----- Provided records -----

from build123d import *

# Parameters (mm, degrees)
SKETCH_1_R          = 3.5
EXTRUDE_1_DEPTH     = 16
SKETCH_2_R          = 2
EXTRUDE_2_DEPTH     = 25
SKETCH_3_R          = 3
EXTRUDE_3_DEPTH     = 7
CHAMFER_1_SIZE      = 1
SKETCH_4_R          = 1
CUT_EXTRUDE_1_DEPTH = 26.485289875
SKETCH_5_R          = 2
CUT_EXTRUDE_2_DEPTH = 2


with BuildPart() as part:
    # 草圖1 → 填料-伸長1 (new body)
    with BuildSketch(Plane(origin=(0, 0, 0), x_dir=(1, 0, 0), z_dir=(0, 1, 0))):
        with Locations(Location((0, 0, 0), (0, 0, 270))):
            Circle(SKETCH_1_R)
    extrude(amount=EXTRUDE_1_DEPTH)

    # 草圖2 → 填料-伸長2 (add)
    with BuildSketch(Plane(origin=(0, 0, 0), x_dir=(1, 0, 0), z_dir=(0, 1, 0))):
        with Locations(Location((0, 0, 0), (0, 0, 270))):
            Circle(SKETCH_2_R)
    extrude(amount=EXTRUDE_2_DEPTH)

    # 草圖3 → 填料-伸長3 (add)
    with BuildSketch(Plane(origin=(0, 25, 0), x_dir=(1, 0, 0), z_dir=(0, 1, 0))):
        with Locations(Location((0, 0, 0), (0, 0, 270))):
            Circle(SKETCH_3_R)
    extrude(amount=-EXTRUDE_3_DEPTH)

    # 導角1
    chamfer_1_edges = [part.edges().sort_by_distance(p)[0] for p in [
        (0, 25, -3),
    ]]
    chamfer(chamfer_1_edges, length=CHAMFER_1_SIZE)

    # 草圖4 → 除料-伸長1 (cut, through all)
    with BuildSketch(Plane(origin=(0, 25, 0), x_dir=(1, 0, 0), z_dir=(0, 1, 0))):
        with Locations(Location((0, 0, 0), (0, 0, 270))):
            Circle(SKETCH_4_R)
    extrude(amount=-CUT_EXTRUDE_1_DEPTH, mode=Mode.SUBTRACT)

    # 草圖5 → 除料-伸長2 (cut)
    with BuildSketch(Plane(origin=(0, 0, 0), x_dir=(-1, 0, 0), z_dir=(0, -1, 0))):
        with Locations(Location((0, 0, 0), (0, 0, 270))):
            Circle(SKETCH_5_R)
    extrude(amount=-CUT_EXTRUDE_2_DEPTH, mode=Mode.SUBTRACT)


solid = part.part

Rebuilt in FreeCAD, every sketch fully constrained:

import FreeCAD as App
import Part
import Sketcher
Q = App.Units.Quantity


def edges_at(feature, points):
    """Names of the edges that pass closest to the given points."""
    edges = feature.Shape.Edges
    near = lambda p: min(range(len(edges)), key=lambda i: edges[i].distToShape(Part.Vertex(*p))[0])
    return sorted({f"Edge{near(p) + 1}" for p in points})

doc = App.newDocument("Part")
params = doc.addObject("Spreadsheet::Sheet", "Params")
for row, (alias, value) in enumerate([
    ("sketch1_diameter", "7 mm"),
    ("pad1_length", "16 mm"),
    ("sketch2_diameter", "4 mm"),
    ("pad2_length", "25 mm"),
    ("sketch3_diameter", "6 mm"),
    ("pad3_length", "7 mm"),
    ("chamfer_size", "1 mm"),
    ("sketch4_diameter", "2 mm"),
    ("sketch5_diameter", "4 mm"),
    ("pocket2_length", "2 mm"),
], start=1):
    params.set(f"A{row}", alias)
    params.set(f"B{row}", "=" + value)
    params.setAlias(f"B{row}", alias)

body = doc.addObject("PartDesign::Body", "Body")

# Sketch on XZ plane
sketch1 = body.newObject("Sketcher::SketchObject", "Sketch")
sketch1.AttachmentSupport = (doc.getObject("XZ_Plane"), [""])
sketch1.MapMode = "FlatFace"
sketch1.addGeometry(Part.Circle(App.Vector(0, 0, 0), App.Vector(0, 0, 1), 3.5), False)
sketch1.addConstraint([
    Sketcher.Constraint("Coincident", 0, 3, -1, 1),
    Sketcher.Constraint("Diameter", 0, Q("7 mm")),
])
sketch1.setExpression("Constraints[1]", "Params.sketch1_diameter")
pad1 = body.newObject("PartDesign::Pad", "Pad")
pad1.Profile = sketch1
pad1.setExpression("Length", "Params.pad1_length")
pad1.Reversed = True

# Sketch on XZ plane
sketch2 = body.newObject("Sketcher::SketchObject", "Sketch001")
sketch2.AttachmentSupport = (doc.getObject("XZ_Plane"), [""])
sketch2.MapMode = "FlatFace"
sketch2.addGeometry(Part.Circle(App.Vector(0, 0, 0), App.Vector(0, 0, 1), 2), False)
sketch2.addConstraint([
    Sketcher.Constraint("Coincident", 0, 3, -1, 1),
    Sketcher.Constraint("Diameter", 0, Q("4 mm")),
])
sketch2.setExpression("Constraints[1]", "Params.sketch2_diameter")
pad2 = body.newObject("PartDesign::Pad", "Pad001")
pad2.Profile = sketch2
pad2.setExpression("Length", "Params.pad2_length")
pad2.Reversed = True

# Sketch on XZ plane
sketch3 = body.newObject("Sketcher::SketchObject", "Sketch002")
sketch3.AttachmentSupport = (doc.getObject("XZ_Plane"), [""])
sketch3.MapMode = "FlatFace"
sketch3.AttachmentOffset = App.Placement(App.Vector(0, 0, -25), App.Rotation())
sketch3.addGeometry(Part.Circle(App.Vector(0, 0, 0), App.Vector(0, 0, 1), 3), False)
sketch3.addConstraint([
    Sketcher.Constraint("Coincident", 0, 3, -1, 1),
    Sketcher.Constraint("Diameter", 0, Q("6 mm")),
])
sketch3.setExpression("Constraints[1]", "Params.sketch3_diameter")
pad3 = body.newObject("PartDesign::Pad", "Pad002")
pad3.Profile = sketch3
pad3.setExpression("Length", "Params.pad3_length")
doc.recompute()

chamfer = body.newObject("PartDesign::Chamfer", "Chamfer")
chamfer.Base = (pad3, edges_at(pad3, [(0, 25, -3)]))
chamfer.setExpression("Size", "Params.chamfer_size")

# Sketch on XZ plane
sketch4 = body.newObject("Sketcher::SketchObject", "Sketch003")
sketch4.AttachmentSupport = (doc.getObject("XZ_Plane"), [""])
sketch4.MapMode = "FlatFace"
sketch4.AttachmentOffset = App.Placement(App.Vector(0, 0, -25), App.Rotation())
sketch4.addGeometry(Part.Circle(App.Vector(0, 0, 0), App.Vector(0, 0, 1), 1), False)
sketch4.addConstraint([
    Sketcher.Constraint("Coincident", 0, 3, -1, 1),
    Sketcher.Constraint("Diameter", 0, Q("2 mm")),
])
sketch4.setExpression("Constraints[1]", "Params.sketch4_diameter")
pocket1 = body.newObject("PartDesign::Pocket", "Pocket")
pocket1.Profile = sketch4
pocket1.Type = "ThroughAll"
pocket1.Reversed = True

# Sketch on XZ plane
sketch5 = body.newObject("Sketcher::SketchObject", "Sketch004")
sketch5.AttachmentSupport = (doc.getObject("XZ_Plane"), [""])
sketch5.MapMode = "FlatFace"
sketch5.addGeometry(Part.Circle(App.Vector(0, 0, 0), App.Vector(0, 0, 1), 2), False)
sketch5.addConstraint([
    Sketcher.Constraint("Coincident", 0, 3, -1, 1),
    Sketcher.Constraint("Diameter", 0, Q("4 mm")),
])
sketch5.setExpression("Constraints[1]", "Params.sketch5_diameter")
pocket2 = body.newObject("PartDesign::Pocket", "Pocket001")
pocket2.Profile = sketch5
pocket2.setExpression("Length", "Params.pocket2_length")

doc.recompute()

-----

Look above and repeat, character for character, the lines from the first one to the line with "# 草圖1 → 填料-伸長1 (new body)", counting both.

→ Response to this task
from build123d import *

# Parameters (mm, degrees)
SKETCH_1_R          = 3.5
EXTRUDE_1_DEPTH     = 16
SKETCH_2_R          = 2
EXTRUDE_2_DEPTH     = 25
SKETCH_3_R          = 3
EXTRUDE_3_DEPTH     = 7
CHAMFER_1_SIZE      = 1
SKETCH_4_R          = 1
CUT_EXTRUDE_1_DEPTH = 26.485289875
SKETCH_5_R          = 2
CUT_EXTRUDE_2_DEPTH = 2


with BuildPart() as part:
    # 草圖1 → 填料-伸長1 (new body)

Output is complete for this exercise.